# Permutation matrix loss for deep learning

I have a matrix that should be a permutation matrix. I want a function that should return zero loss for all valid permutation matrices and a non-zero number otherwise.

e.g.

loss([
[1, 0, 0],
[0, 1, 0],
[0, 0, 1],
]) = 0

loss([
[0, 1, 0],
[1, 0, 0],
[0, 0, 1],
]) = 0

# Negative numbers and numbers greater than 1 are bad
loss([
[-1, 0, 0],
[0, 2, 0],
[0, 0, 1],
]) > 0

loss([
[0.1, 0, 0],
[0, 0.1, 0],
[0, 0, 0.1],
]) > 0

etc.


This is my current implementation in tensorflow

@tf.function
def bistable_loss(x):
a = (x ** 2)
b = (x - 1) ** 2

return a * b

@tf.function
def permute_matrix_loss(P):
loss = 0

P_square = tf.math.square(P)
axis_1_sum = tf.reduce_sum(P_square, axis=1)
axis_0_sum = tf.reduce_sum(P_square, axis=0)

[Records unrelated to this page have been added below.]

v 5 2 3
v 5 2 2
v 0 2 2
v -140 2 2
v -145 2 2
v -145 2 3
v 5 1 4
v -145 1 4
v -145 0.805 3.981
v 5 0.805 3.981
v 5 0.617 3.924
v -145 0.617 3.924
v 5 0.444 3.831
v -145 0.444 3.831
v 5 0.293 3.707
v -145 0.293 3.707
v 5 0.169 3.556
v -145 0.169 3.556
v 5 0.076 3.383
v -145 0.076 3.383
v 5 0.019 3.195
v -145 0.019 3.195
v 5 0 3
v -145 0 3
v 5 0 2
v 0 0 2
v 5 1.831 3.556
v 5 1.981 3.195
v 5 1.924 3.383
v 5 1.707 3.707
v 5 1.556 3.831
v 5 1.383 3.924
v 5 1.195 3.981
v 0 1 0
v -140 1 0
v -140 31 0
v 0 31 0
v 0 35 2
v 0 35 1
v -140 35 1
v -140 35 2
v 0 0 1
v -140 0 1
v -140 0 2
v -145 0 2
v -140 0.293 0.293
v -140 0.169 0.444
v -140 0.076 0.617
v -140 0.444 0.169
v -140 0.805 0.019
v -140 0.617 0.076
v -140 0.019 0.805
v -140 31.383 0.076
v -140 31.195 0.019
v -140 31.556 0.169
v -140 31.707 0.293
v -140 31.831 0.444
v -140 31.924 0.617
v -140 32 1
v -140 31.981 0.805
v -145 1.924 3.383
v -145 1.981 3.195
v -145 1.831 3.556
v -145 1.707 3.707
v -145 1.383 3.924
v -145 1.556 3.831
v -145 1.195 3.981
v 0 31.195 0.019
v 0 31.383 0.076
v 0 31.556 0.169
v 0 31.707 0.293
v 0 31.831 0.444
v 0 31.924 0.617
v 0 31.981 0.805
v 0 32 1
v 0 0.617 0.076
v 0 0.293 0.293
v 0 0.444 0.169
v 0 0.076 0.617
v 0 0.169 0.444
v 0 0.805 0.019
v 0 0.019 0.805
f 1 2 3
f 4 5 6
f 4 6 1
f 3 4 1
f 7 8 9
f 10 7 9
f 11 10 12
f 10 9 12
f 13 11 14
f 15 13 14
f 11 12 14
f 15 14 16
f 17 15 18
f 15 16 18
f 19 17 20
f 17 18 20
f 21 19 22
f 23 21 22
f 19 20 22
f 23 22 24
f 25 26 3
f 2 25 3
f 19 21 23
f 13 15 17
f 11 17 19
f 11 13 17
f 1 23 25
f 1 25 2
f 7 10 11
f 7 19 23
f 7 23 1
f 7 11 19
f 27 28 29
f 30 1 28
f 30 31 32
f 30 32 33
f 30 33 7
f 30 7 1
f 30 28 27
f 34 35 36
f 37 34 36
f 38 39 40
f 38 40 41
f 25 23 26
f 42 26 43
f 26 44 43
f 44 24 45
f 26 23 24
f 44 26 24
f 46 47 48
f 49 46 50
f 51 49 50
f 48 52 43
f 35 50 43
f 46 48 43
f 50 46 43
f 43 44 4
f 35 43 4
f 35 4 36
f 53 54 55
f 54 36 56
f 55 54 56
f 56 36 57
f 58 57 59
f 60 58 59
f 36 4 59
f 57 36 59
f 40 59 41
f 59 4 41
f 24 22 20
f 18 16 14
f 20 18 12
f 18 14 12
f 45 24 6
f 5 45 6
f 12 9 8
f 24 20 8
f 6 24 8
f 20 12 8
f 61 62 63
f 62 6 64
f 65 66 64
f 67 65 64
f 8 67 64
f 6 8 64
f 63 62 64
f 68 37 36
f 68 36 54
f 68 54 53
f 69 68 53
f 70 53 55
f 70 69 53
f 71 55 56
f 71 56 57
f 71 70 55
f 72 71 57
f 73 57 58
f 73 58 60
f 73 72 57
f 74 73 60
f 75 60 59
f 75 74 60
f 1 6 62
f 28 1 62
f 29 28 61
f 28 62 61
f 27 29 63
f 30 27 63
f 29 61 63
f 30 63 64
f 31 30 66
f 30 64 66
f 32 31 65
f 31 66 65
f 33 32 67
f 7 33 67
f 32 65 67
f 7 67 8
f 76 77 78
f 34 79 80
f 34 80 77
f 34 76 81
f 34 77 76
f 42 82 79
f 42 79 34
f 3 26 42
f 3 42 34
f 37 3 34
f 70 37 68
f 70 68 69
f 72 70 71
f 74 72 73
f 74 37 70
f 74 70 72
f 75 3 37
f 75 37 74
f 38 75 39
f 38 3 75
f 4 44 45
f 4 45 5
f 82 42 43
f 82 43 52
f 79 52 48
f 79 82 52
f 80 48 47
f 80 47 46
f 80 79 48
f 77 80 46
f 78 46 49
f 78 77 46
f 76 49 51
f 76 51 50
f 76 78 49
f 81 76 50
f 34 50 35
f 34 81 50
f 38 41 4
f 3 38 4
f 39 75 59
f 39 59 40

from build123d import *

# Parameters (mm, degrees)
F2_DEPTH = 140
F3_DEPTH = 145
F4_DEPTH = 5


with BuildPart() as f2:
    # F0 (on Right) → F2 (new body)
    with BuildSketch(Plane.YZ):
        with BuildLine():
            ThreePointArc((0, 1), (0.292893, 0.292893), (1, 0))
            Line((1, 0), (31, 0))
            ThreePointArc((31, 0), (31.707107, 0.292893), (32, 1))
            Line((32, 1), (35, 1))
            Line((35, 1), (35, 2))
            Line((35, 2), (0, 2))
            Line((0, 2), (0, 1))
        make_face()
    extrude(amount=-F2_DEPTH)

    # F1 (on Right) → F3 (join)
    with BuildSketch(Plane.YZ):
        with BuildLine():
            Line((0, 3), (0, 2))
            Line((0, 2), (2, 2))
            Line((2, 2), (2, 3))
            ThreePointArc((2, 3), (1.707107, 3.707107), (1, 4))
            ThreePointArc((1, 4), (0.292893, 3.707107), (0, 3))
        make_face()
    extrude(amount=-F3_DEPTH)

    # F1 (on Right) → F4 (join)
    with BuildSketch(Plane.YZ):
        with BuildLine():
            Line((0, 3), (0, 2))
            Line((0, 2), (2, 2))
            Line((2, 2), (2, 3))
            ThreePointArc((2, 3), (1.707107, 3.707107), (1, 4))
            ThreePointArc((1, 4), (0.292893, 3.707107), (0, 3))
        make_face()
    extrude(amount=F4_DEPTH)


solid = f2.part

# Penalize axes not adding up to one
loss += tf.nn.l2_loss(axis_1_sum - 1)
loss += tf.nn.l2_loss(axis_0_sum - 1)

# Penalize numbers outside [0, 1]
loss += tf.math.reduce_sum(bistable_loss(P))

return loss


Is there any existing literature on this subject which has a more elegant/robust solution for this?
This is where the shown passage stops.